Tuesday, March 28, 2017

The Parking Tickets Guy

A motion for interim suspension was granted by the Tribunal Hearing Division of the Law Society of Upper Canada in a matter involving a paralegal license

Mr. Low received his P1 licence to provide legal services on November 20, 2013. He is the owner of a website called parkingticketguys.com.  Between 2011 and October 19, 2016, he used the website to advise people that he could defend their City of Toronto parking tickets.

The website was connected to Parking Ticket Guys (“PTG”) a federally incorporated company solely owned by Mr. Low, who is its sole director.

 Between inception and October 19, 2016, Mr. Low used three business models with different fee structures but some common features:

•                     The person with the ticket would submit information regarding the ticket on the website.

•                     No one met with most clients in person at the time of retainer.

•                     The client was told to ignore any Notice of Trial as someone would attend to 'fight' the ticket.

•                     The client paid money in advance of any defence of the ticket or other assistance.

•                     If all went well with the intake process, a paralegal would file the ticket and a paralegal would attend at the court on the day of trial.

•                     The client would not attend with the paralegal on the day of trial and, absent a fatal flaw in the ticket, or the failure of the officer to appear, Mr. Low or the attending paralegal would 'offer a plea'.

•                     None of the advances paid was ever held in a trust account.

•                     No accounts were sent to any of the clients once the matter was complete.

The differences in the three business models related to the fees charged. From 2011 until about March 2016, Mr. Low provided a guarantee that he would save at least 50% on each City of Toronto parking ticket submitted to him. The client paid 50% of the value of the ticket as soon as the ticket information was submitted to the website. If Mr. Low lost the case, he promised to pay the fine.
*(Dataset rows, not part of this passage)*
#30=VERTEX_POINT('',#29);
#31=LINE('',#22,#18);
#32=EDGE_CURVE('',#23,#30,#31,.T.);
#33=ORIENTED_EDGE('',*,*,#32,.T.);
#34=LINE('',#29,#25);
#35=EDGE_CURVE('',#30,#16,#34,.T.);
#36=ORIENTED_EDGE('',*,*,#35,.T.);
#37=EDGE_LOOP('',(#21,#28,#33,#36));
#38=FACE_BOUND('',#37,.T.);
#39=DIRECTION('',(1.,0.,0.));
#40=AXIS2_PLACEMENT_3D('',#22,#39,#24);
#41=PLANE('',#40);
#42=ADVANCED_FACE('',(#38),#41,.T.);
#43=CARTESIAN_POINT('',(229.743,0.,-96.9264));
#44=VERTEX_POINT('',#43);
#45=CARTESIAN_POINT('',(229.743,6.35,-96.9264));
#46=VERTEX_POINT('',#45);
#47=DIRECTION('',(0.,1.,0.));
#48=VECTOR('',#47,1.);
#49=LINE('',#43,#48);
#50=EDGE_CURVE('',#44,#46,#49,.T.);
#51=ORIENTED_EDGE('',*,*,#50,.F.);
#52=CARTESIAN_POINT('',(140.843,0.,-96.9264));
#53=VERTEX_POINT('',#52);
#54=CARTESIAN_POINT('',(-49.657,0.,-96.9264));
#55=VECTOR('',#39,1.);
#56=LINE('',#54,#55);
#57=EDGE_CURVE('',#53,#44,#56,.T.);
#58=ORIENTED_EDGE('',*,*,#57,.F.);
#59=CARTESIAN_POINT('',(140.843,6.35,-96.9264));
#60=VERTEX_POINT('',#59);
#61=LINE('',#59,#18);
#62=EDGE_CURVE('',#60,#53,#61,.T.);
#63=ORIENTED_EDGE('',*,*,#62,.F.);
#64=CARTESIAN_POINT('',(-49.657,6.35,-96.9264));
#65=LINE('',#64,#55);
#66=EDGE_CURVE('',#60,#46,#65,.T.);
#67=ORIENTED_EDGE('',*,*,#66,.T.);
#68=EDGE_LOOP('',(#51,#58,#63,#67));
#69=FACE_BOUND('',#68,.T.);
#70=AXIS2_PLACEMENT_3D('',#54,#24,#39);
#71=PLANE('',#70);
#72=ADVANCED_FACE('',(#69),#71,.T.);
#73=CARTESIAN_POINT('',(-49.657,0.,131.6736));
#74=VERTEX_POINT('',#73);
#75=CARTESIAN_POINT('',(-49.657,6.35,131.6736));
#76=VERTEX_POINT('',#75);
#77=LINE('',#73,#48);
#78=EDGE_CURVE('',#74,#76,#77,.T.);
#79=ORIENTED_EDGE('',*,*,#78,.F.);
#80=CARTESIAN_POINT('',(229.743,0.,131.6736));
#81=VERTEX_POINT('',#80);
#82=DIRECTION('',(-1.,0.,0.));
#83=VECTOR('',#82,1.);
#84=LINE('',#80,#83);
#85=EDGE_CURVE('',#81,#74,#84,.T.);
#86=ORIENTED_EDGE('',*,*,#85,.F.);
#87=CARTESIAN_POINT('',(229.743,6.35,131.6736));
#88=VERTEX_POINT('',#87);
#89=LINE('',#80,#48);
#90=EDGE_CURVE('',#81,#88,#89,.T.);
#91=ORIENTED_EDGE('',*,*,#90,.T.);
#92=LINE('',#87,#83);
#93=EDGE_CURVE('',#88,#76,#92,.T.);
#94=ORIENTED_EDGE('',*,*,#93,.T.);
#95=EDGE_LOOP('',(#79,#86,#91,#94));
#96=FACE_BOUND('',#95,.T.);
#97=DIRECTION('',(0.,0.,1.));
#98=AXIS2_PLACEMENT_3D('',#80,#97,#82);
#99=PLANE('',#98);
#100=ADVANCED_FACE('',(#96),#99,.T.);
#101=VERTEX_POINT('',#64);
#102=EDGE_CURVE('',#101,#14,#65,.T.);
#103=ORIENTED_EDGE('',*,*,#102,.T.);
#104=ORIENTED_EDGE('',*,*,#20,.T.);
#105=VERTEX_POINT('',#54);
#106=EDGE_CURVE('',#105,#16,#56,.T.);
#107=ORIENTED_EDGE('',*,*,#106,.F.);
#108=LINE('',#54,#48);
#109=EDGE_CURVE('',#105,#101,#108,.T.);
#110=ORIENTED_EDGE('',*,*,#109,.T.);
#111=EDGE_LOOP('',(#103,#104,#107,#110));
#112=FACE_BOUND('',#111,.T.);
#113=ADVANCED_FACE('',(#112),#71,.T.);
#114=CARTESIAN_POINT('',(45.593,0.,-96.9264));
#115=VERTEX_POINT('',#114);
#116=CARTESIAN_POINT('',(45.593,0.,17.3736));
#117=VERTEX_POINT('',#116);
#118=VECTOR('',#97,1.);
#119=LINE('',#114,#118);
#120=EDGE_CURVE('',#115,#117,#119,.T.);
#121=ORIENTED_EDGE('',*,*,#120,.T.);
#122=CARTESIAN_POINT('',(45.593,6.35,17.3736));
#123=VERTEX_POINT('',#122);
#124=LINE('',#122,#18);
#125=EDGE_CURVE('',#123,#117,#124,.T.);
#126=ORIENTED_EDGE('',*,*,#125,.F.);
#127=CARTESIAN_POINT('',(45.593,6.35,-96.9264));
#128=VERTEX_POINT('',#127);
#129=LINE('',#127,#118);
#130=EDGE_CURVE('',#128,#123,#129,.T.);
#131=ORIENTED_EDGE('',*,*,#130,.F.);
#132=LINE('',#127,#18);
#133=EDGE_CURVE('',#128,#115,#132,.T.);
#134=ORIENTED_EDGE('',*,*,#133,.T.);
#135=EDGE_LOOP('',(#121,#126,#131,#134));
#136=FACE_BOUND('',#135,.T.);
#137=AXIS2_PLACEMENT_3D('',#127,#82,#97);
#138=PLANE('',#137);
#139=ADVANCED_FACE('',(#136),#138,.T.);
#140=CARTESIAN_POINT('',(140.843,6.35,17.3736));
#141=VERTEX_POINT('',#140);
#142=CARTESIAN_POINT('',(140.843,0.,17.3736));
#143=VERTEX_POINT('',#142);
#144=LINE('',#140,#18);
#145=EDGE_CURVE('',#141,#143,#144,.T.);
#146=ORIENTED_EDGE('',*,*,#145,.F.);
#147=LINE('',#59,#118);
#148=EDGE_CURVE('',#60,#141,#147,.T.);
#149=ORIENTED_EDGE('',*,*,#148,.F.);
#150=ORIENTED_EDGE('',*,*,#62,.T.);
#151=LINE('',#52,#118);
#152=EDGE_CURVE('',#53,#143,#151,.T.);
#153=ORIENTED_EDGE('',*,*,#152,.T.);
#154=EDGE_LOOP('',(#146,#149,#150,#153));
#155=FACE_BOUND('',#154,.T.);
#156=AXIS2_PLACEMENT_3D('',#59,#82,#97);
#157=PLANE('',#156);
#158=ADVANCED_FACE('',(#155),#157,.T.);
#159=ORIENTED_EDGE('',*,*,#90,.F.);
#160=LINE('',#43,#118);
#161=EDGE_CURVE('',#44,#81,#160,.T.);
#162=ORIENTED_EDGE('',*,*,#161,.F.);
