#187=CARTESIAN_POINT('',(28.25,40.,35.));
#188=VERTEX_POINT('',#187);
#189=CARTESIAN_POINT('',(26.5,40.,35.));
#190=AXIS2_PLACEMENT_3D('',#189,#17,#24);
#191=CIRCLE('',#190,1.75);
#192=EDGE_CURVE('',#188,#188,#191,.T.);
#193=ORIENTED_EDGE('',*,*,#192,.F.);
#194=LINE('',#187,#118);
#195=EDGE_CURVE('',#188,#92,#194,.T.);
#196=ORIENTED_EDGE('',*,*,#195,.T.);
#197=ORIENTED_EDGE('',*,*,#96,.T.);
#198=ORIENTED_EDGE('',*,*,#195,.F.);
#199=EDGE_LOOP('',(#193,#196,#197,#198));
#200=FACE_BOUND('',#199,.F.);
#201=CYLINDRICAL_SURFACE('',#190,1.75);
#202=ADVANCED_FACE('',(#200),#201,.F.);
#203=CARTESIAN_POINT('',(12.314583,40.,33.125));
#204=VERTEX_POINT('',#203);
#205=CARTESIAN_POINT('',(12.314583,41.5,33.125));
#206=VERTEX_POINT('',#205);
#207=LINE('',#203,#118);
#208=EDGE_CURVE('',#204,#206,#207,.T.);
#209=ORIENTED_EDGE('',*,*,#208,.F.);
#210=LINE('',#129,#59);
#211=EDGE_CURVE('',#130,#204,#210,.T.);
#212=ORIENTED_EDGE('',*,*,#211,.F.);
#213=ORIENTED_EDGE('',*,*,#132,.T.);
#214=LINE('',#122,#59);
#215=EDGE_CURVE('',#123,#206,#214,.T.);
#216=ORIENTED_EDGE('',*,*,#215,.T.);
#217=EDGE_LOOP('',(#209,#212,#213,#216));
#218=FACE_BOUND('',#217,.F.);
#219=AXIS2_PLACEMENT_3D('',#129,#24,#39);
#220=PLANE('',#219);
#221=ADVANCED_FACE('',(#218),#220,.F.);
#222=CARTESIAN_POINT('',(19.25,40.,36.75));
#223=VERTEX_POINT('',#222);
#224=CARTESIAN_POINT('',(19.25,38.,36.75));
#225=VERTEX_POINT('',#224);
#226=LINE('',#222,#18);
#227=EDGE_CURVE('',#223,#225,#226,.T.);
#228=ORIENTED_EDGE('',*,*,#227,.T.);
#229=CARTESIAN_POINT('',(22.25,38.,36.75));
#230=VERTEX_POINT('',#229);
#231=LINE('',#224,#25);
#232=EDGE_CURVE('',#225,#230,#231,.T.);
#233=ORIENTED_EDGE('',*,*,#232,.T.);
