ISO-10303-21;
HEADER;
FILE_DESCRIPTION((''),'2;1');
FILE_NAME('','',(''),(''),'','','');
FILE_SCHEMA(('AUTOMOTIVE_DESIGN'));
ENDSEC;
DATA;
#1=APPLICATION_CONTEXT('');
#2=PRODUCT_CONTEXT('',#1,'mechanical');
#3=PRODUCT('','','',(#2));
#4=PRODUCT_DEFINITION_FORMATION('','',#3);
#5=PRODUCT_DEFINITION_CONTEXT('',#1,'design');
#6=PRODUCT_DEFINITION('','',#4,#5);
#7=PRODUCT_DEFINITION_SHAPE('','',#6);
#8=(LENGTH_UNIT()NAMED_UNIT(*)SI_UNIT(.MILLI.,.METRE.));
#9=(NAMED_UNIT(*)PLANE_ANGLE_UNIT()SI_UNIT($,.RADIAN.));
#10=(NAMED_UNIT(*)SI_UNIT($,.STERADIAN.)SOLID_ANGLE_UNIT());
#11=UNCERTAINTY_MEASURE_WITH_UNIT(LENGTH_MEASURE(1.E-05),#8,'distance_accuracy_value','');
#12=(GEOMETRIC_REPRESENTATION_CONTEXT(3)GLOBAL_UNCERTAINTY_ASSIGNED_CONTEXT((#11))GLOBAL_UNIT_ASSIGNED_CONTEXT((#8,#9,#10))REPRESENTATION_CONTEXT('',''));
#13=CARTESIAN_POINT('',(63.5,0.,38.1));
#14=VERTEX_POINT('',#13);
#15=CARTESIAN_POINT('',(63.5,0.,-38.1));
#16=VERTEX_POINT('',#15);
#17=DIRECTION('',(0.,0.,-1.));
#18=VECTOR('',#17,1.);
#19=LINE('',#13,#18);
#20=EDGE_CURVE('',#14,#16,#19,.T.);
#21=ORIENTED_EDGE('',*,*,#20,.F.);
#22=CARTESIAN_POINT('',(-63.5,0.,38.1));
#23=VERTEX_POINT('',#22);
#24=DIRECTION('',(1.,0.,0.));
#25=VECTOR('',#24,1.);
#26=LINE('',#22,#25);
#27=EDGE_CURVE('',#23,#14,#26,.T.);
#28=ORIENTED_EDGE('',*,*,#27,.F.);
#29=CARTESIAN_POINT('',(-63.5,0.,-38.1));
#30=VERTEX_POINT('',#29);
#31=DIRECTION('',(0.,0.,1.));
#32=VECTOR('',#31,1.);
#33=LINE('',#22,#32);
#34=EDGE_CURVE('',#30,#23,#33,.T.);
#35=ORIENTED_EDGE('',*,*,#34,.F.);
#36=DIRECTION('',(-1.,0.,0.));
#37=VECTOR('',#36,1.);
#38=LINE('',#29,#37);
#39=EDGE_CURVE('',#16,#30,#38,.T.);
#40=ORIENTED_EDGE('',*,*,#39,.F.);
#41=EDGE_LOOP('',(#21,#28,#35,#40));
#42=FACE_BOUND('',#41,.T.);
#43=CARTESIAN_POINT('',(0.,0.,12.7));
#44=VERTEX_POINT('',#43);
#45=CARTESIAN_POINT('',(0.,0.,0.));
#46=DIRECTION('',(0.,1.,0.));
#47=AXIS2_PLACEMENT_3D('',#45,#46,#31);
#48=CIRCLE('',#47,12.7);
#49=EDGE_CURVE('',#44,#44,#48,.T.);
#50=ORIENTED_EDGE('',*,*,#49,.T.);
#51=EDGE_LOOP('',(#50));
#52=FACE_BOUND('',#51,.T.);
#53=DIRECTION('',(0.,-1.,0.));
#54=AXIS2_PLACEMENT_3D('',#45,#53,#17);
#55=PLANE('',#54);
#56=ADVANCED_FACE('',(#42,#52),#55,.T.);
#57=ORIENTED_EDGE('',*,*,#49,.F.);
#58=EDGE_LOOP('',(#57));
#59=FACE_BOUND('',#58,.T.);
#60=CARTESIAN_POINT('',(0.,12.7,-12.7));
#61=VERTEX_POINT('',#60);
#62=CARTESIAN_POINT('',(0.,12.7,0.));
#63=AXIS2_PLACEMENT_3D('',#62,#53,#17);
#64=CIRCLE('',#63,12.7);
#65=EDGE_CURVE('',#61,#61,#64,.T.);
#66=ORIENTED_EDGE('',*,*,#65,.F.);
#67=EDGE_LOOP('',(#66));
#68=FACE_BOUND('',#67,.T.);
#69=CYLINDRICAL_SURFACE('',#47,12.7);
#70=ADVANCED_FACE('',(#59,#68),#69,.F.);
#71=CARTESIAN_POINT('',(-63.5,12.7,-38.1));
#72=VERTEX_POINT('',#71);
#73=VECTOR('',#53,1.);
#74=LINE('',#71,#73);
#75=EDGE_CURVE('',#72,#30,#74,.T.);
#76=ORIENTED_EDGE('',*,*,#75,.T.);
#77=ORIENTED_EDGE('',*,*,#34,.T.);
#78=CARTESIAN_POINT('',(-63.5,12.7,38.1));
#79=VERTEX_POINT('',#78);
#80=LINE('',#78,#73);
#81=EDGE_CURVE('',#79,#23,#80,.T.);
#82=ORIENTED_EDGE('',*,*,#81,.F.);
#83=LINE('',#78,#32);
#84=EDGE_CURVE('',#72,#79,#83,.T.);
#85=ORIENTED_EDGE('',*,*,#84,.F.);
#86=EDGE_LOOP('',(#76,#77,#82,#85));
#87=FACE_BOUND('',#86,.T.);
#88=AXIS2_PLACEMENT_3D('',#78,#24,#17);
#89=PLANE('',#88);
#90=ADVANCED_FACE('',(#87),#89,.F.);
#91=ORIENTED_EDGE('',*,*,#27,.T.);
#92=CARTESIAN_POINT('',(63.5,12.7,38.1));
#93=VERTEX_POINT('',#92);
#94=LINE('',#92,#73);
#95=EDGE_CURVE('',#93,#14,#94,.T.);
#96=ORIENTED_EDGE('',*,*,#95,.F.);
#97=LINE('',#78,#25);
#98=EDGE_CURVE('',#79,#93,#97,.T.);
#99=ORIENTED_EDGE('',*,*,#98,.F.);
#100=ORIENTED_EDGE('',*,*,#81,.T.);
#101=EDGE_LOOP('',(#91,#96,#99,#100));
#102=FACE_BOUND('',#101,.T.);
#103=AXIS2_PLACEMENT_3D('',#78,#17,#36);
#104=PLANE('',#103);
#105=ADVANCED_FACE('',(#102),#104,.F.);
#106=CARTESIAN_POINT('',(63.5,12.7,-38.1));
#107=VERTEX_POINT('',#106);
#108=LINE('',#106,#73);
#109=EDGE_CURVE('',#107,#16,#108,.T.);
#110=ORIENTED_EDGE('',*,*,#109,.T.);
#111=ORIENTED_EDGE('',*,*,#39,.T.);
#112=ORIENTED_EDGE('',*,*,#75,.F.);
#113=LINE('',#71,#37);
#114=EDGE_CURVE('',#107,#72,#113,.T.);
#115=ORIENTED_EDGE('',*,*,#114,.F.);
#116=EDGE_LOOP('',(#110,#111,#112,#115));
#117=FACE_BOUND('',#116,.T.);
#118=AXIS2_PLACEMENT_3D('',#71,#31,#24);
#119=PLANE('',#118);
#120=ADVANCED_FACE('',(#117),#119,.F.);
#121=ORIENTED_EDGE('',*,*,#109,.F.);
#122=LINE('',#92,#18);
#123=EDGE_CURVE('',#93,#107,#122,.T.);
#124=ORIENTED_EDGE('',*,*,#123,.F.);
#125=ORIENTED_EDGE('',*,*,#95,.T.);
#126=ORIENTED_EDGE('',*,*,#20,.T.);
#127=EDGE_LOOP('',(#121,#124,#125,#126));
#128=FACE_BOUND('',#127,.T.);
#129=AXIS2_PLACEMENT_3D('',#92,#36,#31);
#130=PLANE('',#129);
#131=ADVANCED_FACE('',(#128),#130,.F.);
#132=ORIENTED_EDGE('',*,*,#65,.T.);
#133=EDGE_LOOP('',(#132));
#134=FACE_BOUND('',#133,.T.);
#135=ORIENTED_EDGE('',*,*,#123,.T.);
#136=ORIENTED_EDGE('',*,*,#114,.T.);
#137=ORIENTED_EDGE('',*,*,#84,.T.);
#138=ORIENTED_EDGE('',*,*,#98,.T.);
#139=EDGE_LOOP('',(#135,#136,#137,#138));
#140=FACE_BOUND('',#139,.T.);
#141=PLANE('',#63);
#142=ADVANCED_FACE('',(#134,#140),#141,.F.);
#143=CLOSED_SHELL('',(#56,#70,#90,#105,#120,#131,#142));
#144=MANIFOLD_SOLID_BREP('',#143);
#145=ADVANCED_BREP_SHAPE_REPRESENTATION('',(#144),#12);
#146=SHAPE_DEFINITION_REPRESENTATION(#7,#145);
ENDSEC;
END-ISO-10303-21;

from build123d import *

# Parameters (mm, degrees)
SKETCH1_W               = 127
SKETCH1_H               = 76.2
BOSS_EXTRUDE1_DEPTH     = 12.7
CUT_EXTRUDE1_DEPTH      = 76.134213245
CUT_EXTRUDE1_DEPTH_BACK = 76.134213245
SKETCH2_R               = 12.7


with BuildPart() as part:
    # Sketch1 → Boss-Extrude1 (new body)
    with BuildSketch(Plane(origin=(0, 0, 0), x_dir=(1, 0, 0), z_dir=(0, 1, 0))):
        Rectangle(SKETCH1_W, SKETCH1_H)
    extrude(amount=BOSS_EXTRUDE1_DEPTH)

    # Sketch2 → Cut-Extrude1 (cut, two sides: drawn at the far end of the back side and taken through both)
    with BuildSketch(Plane(origin=(0, 12.7, 0), x_dir=(1, 0, 0), z_dir=(0, 1, 0)).offset(-CUT_EXTRUDE1_DEPTH_BACK)):
        with Locations(Location((0, 0, 0), (0, 0, 270))):
            Circle(SKETCH2_R)
    extrude(amount=CUT_EXTRUDE1_DEPTH + CUT_EXTRUDE1_DEPTH_BACK, mode=Mode.SUBTRACT)


solid = part.part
From about March 2016 to about June 2016, Mr. Low charged a flat fee of $10 per ticket and again, if he was unable to win the case, he promised to pay the fine.

From June 2016 until the interim interlocutory suspension on October 19, 2016, Mr. Low charged a flat fee of $10 per ticket for filing the required notice and defending the ticket. If Mr. Low was unable to win the case, the client was required to pay the fine rather than Mr. Low.

In late 2013, the Law Society began receiving complaints regarding Mr. Low. The complaints concern failures to communicate or improper communication, failures to provide any services, and failures to honour the promises made.

Some of the complainants say they have been obliged to pay higher fines for their parking tickets when no one appeared at the trial. Some of the complainants say they were unable to renew their motor vehicle licence plate stickers, due to outstanding parking tickets they thought had been dealt with long before. Some of the complainants have been told by Mr. Low that they were committing a criminal offence by indicating they would complain to the Law Society about him.


The panel considered whether making an order was required, or whether an order restricting the manner in which Mr. Low may provide legal services might suffice.

One element of this matter concerns the proper handling of client monies. Mr. Low adamantly maintains that he is not required to maintain a trust account, despite being cautioned and provided with the text of By-Law 9, s. 7 in a letter from the Law Society dated November 30, 2015. Mr. Low did not change his behaviour in response to the caution.

Mr. Low admits that some clients have not been paid or refunded monies which, under his first two business models, he had obligated himself to pay. If he had properly deposited client monies into a trust account, there would at least be some money available to refund to those clients.

This raises questions about Mr. Low's integrity which, again, are not for this panel to decide. In this panel's view, however, public confidence in the ability of the Law Society to regulate its licensees would be shaken if any order other than an interlocutory suspension were made. Further, the panel considers that potential harm to members of the public is not sufficiently mitigated by anything less than an interlocutory suspension. It is significant that the risk of harm to members of the public and to the public interest in the administration of justice is ongoing. We do not have a basis to conclude that the ongoing harm will end absent an interlocutory suspension.